Besides, Tableau is fully integrated with Salesforce. Any business that uses Salesforce’s CRM will benefit from this tool. Besides, Tableau Public is free, allowing businesses with limited budgets to use it.
Databox is suitable for large enterprises that want to create professional reports on all activities of the company. Users can connect to sources of information such as Adwords, Facebook Ads, Google Analytics, Salesforce, and internal data. The platform displays KPIs and creates reports on a single Dashboard platform.
However, it’s difficult to connect this data visualization tool with external sources of information. At the same time, the number of users is also limited as Databox does not connect with other platforms, and some features even require fees.
Google Data Studio
Similar to Databox, Google Data Studio is suitable for businesses that need to process large data. This tool allows you to transform data from multiple sources and from different tools to create reports as visualizations. This Data visualization tool allows users to enter more data via Google Sheets.
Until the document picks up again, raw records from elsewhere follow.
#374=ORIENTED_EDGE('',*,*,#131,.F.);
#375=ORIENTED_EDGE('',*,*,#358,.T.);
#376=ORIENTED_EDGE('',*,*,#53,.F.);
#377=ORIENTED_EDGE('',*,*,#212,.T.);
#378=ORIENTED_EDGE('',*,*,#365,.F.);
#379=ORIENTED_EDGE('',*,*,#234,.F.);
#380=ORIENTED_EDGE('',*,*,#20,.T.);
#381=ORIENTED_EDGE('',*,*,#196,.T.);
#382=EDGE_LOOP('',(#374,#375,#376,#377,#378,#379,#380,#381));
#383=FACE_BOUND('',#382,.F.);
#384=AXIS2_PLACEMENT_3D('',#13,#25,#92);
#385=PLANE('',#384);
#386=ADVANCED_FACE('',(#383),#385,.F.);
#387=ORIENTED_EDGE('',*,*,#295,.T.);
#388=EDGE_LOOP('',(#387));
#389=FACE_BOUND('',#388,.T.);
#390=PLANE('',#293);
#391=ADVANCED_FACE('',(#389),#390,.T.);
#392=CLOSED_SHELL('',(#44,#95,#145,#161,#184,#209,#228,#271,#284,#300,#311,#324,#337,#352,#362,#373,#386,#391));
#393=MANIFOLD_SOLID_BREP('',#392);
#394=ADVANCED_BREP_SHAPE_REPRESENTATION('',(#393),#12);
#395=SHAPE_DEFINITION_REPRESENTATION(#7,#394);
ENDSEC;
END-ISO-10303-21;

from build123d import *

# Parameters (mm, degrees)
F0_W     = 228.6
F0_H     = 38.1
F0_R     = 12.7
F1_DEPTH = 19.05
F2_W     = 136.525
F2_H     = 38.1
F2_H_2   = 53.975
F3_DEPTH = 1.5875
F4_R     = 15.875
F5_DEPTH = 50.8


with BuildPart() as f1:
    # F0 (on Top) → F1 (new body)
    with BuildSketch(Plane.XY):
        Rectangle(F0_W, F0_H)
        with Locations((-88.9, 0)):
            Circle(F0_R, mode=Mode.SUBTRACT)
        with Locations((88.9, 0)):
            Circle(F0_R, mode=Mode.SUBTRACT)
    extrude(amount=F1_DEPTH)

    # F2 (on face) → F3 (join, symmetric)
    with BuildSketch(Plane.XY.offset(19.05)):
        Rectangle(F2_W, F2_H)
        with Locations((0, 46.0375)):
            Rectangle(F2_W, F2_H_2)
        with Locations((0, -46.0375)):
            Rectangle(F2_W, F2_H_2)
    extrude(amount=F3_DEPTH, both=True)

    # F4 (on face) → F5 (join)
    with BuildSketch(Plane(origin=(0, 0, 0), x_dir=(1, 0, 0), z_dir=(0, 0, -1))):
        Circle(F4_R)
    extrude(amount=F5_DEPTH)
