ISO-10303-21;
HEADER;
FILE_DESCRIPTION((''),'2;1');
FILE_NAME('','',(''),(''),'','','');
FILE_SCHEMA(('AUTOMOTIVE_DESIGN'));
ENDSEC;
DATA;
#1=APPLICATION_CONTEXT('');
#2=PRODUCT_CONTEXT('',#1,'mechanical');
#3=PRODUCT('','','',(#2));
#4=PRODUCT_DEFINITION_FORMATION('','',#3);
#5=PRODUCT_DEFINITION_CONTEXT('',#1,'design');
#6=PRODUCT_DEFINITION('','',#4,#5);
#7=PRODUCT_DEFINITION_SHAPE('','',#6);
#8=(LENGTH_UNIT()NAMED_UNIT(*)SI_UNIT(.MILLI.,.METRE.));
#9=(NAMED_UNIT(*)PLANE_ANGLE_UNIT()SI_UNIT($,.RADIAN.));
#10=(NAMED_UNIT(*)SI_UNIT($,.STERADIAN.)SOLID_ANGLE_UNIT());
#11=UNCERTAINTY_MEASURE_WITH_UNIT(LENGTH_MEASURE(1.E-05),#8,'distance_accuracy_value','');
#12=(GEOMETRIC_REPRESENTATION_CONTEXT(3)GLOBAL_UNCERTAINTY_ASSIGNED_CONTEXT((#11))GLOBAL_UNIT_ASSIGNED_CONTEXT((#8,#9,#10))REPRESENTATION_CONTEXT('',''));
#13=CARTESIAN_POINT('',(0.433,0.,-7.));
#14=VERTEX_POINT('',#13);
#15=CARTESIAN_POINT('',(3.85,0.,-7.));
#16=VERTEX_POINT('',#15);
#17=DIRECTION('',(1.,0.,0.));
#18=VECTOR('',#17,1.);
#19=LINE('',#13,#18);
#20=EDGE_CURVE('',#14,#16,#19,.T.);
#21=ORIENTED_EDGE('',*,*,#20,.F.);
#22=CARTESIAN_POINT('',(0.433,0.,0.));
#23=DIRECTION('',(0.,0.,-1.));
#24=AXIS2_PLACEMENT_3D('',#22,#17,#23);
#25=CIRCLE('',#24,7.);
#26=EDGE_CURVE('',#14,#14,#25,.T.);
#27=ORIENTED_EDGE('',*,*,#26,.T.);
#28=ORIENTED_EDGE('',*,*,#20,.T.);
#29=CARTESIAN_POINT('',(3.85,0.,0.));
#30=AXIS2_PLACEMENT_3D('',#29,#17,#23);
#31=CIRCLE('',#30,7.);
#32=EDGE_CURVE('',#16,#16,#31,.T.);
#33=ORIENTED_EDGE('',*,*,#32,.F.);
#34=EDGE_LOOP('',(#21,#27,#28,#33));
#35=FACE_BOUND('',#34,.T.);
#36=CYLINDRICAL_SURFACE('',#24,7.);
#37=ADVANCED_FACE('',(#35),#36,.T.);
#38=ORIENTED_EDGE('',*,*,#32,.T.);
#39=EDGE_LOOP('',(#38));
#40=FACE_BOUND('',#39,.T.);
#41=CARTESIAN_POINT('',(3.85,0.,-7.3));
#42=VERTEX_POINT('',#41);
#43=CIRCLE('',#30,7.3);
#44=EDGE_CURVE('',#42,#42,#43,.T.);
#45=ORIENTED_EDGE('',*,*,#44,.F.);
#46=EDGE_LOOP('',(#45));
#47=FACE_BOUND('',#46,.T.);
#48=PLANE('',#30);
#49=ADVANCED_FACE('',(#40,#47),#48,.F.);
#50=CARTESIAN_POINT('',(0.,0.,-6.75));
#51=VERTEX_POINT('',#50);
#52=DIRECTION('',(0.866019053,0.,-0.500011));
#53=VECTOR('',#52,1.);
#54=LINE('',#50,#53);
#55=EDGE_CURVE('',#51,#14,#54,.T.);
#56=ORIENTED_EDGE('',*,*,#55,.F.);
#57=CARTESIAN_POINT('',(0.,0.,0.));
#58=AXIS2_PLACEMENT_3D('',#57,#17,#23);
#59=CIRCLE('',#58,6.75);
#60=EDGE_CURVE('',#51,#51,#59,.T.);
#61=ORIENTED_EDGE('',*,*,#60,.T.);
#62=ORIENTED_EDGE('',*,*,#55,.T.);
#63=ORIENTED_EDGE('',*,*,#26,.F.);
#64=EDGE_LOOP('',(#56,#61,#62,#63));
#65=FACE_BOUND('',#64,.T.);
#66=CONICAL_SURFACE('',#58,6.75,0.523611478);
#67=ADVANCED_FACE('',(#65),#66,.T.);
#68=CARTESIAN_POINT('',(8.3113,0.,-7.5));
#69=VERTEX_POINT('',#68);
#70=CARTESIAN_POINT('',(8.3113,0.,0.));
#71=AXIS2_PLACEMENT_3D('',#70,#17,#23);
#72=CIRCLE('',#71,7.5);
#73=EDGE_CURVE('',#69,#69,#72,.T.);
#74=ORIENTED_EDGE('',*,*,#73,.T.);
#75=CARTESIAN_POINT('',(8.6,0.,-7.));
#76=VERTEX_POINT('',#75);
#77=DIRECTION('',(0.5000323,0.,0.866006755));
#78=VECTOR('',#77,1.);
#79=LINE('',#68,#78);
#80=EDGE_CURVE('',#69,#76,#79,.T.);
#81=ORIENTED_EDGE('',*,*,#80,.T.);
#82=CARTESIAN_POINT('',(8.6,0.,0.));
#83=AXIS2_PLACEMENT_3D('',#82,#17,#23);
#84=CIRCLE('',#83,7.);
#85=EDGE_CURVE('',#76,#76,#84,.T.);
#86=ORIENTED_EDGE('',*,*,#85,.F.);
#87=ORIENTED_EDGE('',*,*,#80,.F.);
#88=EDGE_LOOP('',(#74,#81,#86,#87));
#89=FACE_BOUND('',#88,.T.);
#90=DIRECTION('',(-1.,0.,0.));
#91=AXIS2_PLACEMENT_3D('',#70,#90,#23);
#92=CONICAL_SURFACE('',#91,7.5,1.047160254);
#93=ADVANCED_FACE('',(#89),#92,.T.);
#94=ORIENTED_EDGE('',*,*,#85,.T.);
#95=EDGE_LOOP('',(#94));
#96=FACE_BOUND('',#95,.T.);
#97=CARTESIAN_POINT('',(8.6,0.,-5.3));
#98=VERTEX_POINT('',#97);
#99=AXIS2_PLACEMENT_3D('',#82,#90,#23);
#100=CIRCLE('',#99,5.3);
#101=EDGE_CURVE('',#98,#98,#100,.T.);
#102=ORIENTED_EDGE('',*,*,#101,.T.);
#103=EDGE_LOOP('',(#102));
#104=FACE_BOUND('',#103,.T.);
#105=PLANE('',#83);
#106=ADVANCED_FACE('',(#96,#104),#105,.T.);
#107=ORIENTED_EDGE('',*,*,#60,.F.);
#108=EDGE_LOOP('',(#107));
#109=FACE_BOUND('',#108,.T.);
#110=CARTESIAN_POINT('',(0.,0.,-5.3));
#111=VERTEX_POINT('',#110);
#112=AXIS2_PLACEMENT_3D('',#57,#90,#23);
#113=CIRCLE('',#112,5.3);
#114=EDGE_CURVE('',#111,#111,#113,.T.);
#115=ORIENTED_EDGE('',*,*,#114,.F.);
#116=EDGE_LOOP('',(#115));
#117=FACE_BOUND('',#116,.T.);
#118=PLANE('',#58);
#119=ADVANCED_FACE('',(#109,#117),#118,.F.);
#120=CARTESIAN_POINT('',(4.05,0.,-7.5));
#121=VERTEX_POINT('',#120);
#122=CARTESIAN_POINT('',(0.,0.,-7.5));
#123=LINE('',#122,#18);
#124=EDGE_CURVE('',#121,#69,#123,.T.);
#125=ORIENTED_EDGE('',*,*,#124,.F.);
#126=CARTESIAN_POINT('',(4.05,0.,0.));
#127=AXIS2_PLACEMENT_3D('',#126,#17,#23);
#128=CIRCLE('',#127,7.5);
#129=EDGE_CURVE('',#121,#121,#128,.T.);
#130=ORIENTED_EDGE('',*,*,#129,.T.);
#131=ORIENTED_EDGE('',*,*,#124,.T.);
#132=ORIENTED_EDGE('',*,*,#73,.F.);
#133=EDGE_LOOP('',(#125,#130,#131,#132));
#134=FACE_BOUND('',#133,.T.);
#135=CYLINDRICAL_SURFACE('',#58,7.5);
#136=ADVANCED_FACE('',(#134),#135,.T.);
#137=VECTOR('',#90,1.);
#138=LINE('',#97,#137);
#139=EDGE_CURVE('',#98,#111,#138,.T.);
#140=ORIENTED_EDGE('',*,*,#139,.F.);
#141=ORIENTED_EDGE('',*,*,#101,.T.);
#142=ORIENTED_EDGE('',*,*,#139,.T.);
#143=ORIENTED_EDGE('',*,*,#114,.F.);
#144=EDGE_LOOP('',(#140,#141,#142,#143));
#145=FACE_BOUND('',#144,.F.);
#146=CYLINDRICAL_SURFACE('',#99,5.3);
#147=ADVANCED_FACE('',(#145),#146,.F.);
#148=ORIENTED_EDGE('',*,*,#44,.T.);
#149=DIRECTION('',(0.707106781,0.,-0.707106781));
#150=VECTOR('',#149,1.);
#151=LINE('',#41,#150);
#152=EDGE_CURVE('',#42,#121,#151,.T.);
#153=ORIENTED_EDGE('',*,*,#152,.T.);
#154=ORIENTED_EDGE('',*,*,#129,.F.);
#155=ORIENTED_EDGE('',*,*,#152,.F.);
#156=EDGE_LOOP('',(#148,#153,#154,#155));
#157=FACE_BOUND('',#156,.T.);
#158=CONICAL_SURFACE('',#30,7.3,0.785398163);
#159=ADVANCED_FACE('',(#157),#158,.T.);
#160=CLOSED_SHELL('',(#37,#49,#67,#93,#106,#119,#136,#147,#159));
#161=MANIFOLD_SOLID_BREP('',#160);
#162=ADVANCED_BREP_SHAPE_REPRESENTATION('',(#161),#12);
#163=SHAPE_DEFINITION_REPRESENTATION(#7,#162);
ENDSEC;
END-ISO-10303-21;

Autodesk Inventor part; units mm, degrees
sketch "Sketch_1" plane through (0, 0, 0) normal (0, 1, 0) x (-1, 0, 0)
  line L0 (-8.6, 0) -> (0, 0)
  line L1 (0, 0) -> (0, -7.5)
  line L2 (0, -7.5) -> (-8.3113, -7.5)
  line L3 (-8.3113, -7.5) -> (-8.6, -7)
  line L4 (-8.6, -7) -> (-8.6, 0)
  line L5 (-8.6, 0) -> (0, 0)
revolve "Revolution1" add sketch "Sketch_1" angle 360 about axis through (8.6, 0, 0) along (1, 0, 0)
sketch "Sketch_2" plane through (0, 0, 0) normal (0, 1, 0) x (-1, 0, 0)
  line L0 (-50, 0) -> (50, 0)
  line L1 (0, -6.75) -> (-0.433, -7)
  line L2 (-0.433, -7) -> (-3.85, -7)
  line L3 (-3.85, -7) -> (-3.85, -7.5)
  line L4 (-3.85, -7.5) -> (0, -7.5)
  line L5 (0, -7.5) -> (0, -6.75)
revolve "Revolution2" cut sketch "Sketch_2" angle 360 about axis through (50, 0, 0) along (1, 0, 0)
sketch "Sketch_3" plane through (0, 0, 0) normal (0, 1, 0) x (-1, 0, 0)
  line L0 (-50, 0) -> (50, 0)
  line L1 (-3.85, -7.5) -> (-3.85, -7.3)
  line L2 (-3.85, -7.3) -> (-4.05, -7.5)
  line L3 (-4.05, -7.5) -> (-3.85, -7.5)
revolve "Revolution3" cut sketch "Sketch_3" angle 360 about axis through (50, 0, 0) along (1, 0, 0)
sketch "Sketch4" plane through (8.6, 0, 0) normal (1, 0, 0) x (0, 0, -1)
  point P0 (0, 0)
hole "Hole1" at (8.6, 0, 0) direction (-1, 0, 0) diameter 10.6 depth 8.6
ref_plane "gba_XY" through (8.6, 0, 0) normal (1, 0, 0) x (0, 0, -1)
ref_plane "gba_YZ" through (8.6, 0, 0) normal (0, 0, -1) x (0, 1, 0)
ref_plane "gba_ZX" through (8.6, 0, 0) normal (0, 1, 0) x (1, 0, 0)
properties part number "SCHUNK-9951430 Zentrierhuelse PGN-plus"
At the same time, these data can be shared with partners and colleagues.
However, Google Data Studio is quite difficult to use, and users need support from Developers and experts to visualize data quickly. In addition, Google Data Studio’s fee is quite high, which is suitable for large companies willing to invest in the most professional tool.
The above article of Viindoo has shared with readers the most detailed information about data visualization. Hope that this information is useful for readers in the process of learning about Data Visualization.